# Short term rental Edmonton



## DunkFunk (Feb 3, 2010)

Hello All

We need to activate our PR visa's in Jan 2011.
We plan to land then in Edmonton area.
Before deciding on an area we would like to rent on a 6 month term basis we would like a solution for 1-2 months. Any suggestions on this please? Myself, Wife and kids 3 ys and 5 yrs old.
I believe we need an address to activate our Visa's, so somewhere we can rent short term and explore the area of Edmonton from./ Calgary is a possible area also.
No job as yet.

Any advice would be greatly received.

Kind Regards

Duncan


----------



## Auld Yin (Mar 10, 2009)

DunkFunk said:


> Hello All
> 
> We need to activate our PR visa's in Jan 2011.
> We plan to land then in Edmonton area.
> ...


You do not need an address to activate your visa. It's better if you have an address to have your cards sent to, but that can be done later.
You will find it difficult to rent for any time less than one year and if you have no Canadian credit history the landlord may insist on one year's rent up front.
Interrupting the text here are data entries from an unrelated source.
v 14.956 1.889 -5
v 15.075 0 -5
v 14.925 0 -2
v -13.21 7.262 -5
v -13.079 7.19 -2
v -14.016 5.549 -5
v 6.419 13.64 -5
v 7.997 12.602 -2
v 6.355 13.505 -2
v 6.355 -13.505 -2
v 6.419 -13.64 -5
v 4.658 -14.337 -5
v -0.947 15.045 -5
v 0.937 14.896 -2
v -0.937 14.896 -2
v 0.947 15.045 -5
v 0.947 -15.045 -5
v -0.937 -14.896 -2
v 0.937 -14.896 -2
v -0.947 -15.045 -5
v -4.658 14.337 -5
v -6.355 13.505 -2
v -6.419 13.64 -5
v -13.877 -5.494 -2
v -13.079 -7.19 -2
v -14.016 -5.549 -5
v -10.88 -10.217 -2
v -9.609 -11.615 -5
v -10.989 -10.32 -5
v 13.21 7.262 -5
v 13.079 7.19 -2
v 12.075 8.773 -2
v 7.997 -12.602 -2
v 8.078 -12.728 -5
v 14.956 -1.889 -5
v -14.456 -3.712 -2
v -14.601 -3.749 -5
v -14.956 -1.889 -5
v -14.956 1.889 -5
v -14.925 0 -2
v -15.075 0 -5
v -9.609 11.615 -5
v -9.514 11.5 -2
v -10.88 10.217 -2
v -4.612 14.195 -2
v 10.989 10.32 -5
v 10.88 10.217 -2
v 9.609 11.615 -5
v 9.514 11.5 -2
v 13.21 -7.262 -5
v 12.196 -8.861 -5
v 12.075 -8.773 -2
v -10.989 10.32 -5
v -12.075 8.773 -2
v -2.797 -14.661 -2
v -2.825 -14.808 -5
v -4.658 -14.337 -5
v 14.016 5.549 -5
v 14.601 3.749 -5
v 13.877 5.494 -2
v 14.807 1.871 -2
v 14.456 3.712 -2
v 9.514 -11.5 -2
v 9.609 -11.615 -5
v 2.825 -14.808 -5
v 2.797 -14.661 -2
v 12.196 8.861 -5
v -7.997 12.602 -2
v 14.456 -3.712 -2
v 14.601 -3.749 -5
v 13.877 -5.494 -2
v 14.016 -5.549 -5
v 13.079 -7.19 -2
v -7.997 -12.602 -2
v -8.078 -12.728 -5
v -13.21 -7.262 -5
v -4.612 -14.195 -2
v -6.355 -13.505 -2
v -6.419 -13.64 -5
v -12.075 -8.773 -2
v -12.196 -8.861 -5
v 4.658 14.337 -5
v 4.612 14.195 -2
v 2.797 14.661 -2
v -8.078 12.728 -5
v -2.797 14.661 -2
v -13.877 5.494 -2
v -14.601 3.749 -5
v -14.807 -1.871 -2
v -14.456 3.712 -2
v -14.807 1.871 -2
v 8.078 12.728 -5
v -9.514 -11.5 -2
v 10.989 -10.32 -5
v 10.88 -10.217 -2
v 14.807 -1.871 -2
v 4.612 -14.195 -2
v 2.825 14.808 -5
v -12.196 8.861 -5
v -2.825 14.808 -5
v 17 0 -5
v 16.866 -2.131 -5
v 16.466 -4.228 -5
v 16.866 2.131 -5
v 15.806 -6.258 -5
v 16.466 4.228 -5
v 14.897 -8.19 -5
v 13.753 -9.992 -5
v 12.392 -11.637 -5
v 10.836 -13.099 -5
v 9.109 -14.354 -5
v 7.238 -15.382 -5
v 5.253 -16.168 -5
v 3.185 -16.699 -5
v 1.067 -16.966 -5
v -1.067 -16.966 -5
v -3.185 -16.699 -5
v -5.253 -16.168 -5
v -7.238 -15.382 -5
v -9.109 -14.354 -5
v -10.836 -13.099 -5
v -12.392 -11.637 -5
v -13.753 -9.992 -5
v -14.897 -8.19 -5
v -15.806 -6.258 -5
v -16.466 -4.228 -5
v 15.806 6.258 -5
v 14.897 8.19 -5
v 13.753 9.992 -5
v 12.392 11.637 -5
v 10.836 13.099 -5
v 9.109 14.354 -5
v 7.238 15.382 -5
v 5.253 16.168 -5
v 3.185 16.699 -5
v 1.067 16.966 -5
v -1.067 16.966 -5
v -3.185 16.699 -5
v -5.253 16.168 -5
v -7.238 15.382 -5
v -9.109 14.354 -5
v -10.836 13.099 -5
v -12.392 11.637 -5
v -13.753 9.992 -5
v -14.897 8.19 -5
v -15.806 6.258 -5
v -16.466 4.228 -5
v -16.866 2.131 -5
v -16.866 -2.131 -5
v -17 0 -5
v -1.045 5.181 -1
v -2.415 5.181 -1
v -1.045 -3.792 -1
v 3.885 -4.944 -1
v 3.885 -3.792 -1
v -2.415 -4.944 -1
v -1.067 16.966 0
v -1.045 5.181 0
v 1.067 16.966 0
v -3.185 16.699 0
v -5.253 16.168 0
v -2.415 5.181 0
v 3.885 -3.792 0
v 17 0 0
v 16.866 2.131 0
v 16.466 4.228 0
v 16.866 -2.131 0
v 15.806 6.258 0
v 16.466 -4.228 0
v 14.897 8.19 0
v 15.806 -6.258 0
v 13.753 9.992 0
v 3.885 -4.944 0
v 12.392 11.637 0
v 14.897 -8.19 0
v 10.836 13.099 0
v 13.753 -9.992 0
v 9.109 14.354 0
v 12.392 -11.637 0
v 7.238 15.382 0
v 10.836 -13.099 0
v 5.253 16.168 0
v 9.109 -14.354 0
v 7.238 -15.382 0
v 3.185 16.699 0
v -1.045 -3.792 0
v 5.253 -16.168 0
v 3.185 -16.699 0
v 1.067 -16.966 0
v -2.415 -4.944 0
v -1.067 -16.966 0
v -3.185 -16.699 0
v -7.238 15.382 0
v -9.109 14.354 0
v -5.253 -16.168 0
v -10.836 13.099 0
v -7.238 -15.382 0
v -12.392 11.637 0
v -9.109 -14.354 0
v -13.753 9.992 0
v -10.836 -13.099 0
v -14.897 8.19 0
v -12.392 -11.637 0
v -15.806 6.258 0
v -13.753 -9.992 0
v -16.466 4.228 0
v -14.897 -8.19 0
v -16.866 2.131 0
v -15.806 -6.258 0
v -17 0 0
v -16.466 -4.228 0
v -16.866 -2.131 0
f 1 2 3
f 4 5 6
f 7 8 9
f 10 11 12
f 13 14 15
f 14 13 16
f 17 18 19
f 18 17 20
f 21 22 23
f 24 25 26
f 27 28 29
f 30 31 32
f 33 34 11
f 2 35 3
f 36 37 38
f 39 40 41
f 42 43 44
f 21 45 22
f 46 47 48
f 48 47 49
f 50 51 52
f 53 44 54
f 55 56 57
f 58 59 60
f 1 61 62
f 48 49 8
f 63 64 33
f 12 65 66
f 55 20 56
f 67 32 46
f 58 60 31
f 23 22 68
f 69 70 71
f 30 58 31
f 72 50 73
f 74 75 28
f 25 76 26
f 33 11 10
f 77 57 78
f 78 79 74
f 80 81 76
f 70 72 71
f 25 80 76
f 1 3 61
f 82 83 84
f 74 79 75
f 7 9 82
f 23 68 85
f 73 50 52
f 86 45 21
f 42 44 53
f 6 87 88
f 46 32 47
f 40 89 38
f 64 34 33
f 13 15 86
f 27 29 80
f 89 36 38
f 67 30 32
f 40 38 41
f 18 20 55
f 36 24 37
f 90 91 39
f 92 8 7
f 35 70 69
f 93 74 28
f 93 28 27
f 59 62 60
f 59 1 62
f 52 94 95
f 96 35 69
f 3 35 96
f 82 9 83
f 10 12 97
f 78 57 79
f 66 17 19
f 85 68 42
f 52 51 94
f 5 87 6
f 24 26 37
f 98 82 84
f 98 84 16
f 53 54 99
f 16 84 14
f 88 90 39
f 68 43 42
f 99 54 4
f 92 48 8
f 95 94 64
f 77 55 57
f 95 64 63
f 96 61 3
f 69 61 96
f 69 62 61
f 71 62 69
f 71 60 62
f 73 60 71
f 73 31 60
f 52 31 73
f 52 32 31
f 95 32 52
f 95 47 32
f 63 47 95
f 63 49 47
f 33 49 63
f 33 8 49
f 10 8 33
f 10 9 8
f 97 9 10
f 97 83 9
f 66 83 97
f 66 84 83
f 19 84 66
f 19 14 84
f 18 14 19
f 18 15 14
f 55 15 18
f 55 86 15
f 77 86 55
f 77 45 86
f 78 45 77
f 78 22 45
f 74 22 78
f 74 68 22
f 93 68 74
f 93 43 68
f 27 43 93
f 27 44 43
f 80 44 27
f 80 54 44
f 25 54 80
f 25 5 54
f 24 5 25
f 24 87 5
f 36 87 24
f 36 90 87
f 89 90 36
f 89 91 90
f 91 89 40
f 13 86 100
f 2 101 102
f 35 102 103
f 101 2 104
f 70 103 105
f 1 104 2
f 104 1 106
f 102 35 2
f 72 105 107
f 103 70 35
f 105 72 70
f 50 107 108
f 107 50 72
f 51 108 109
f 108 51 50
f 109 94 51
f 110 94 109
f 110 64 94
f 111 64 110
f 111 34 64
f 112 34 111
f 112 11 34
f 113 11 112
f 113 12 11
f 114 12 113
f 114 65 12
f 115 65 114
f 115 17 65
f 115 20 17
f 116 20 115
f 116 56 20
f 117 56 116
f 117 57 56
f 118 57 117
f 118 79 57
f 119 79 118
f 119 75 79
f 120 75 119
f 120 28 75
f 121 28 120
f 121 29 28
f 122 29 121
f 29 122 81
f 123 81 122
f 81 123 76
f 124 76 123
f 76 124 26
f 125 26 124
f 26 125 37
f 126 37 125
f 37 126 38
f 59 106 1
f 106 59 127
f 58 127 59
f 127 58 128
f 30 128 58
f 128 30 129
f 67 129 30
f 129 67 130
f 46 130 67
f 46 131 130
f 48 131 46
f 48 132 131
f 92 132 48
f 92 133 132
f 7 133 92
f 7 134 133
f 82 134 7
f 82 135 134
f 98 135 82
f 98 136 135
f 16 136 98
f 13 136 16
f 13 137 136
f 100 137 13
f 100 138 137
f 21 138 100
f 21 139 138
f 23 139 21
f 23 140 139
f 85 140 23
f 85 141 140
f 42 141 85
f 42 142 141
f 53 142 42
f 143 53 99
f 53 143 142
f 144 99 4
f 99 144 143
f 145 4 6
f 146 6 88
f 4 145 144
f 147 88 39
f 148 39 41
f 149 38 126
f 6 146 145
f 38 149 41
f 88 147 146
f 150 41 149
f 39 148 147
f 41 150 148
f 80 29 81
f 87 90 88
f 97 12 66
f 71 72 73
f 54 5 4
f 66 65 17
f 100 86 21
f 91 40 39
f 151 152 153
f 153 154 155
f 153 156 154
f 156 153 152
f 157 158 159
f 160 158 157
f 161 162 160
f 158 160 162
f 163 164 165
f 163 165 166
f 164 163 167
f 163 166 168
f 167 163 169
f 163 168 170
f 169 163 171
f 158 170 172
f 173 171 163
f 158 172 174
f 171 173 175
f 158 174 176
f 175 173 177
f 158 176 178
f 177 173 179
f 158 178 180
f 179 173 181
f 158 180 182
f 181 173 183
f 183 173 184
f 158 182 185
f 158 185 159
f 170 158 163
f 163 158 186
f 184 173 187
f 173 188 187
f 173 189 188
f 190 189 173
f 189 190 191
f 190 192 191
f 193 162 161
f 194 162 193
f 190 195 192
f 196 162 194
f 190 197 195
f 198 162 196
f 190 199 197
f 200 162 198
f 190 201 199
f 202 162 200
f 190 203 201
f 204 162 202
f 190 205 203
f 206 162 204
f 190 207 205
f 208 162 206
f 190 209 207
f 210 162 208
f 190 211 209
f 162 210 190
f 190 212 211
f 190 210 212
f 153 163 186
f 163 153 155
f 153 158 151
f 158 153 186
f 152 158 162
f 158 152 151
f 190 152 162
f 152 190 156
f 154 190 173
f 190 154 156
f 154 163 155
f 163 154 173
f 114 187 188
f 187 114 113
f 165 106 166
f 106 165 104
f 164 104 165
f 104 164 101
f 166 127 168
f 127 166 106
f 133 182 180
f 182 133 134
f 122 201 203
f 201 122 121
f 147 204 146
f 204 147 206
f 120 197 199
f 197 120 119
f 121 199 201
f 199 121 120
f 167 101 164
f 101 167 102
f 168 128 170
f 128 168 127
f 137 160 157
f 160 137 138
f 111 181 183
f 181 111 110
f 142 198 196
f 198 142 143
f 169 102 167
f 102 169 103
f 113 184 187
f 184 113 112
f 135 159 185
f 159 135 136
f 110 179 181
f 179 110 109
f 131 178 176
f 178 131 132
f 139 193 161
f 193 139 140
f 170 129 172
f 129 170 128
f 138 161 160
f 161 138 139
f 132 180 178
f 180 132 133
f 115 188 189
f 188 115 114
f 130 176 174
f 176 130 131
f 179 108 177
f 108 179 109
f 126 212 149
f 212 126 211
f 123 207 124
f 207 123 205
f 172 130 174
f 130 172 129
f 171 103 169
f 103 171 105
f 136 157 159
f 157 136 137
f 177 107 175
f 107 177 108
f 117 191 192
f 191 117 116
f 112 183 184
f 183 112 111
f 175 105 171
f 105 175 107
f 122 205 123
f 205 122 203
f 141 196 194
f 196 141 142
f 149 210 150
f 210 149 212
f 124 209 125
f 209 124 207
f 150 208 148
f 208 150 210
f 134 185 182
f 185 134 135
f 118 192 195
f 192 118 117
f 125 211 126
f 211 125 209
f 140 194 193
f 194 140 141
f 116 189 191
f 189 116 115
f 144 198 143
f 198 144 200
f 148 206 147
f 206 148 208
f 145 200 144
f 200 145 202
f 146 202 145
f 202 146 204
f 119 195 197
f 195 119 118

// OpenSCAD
$fn = 50;

difference() {
	union() {
		translate(v = [0, 0, -5.0]) {
			cylinder(h = 5, r = 17.0);
		}
	}
	union() {
		#translate(v = [0, 0, -5.0]) {
			cylinder(h = 3, r1 = 15.075, r2 = 14.925);
		}
		translate(v = [0, 0, -1]) {
			linear_extrude(height = 1) {
				text(font = "Impact", halign = "center", size = 10, text = "L", valign = "center");
			}
		}
	}
}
As regards the shore term (1-2 months) perhaps you should google for an apartment hotel.
Hopefully someone from Edmonton will be along to assist you further.
Much good luck.


----------



## MarylandNed (May 11, 2010)

DunkFunk said:


> Hello All
> 
> We need to activate our PR visa's in Jan 2011.
> We plan to land then in Edmonton area.
> ...


Try VRBO is Vacation Rentals By Owner


----------



## Jennianne (Feb 8, 2010)

I know of someone who went to edmonton in august renting in spruce grove no credit history wasnt asked for a full years rent upfront! how can any landlord expect you to have that kind of cash??????? its over $1200 a month for a townhouse no-one would have that kind of money to pay a whole years rent upfront! i have been looking at lots of rental sites andmost are for 1 year there are the odd ones that are 6 months. good luck!


----------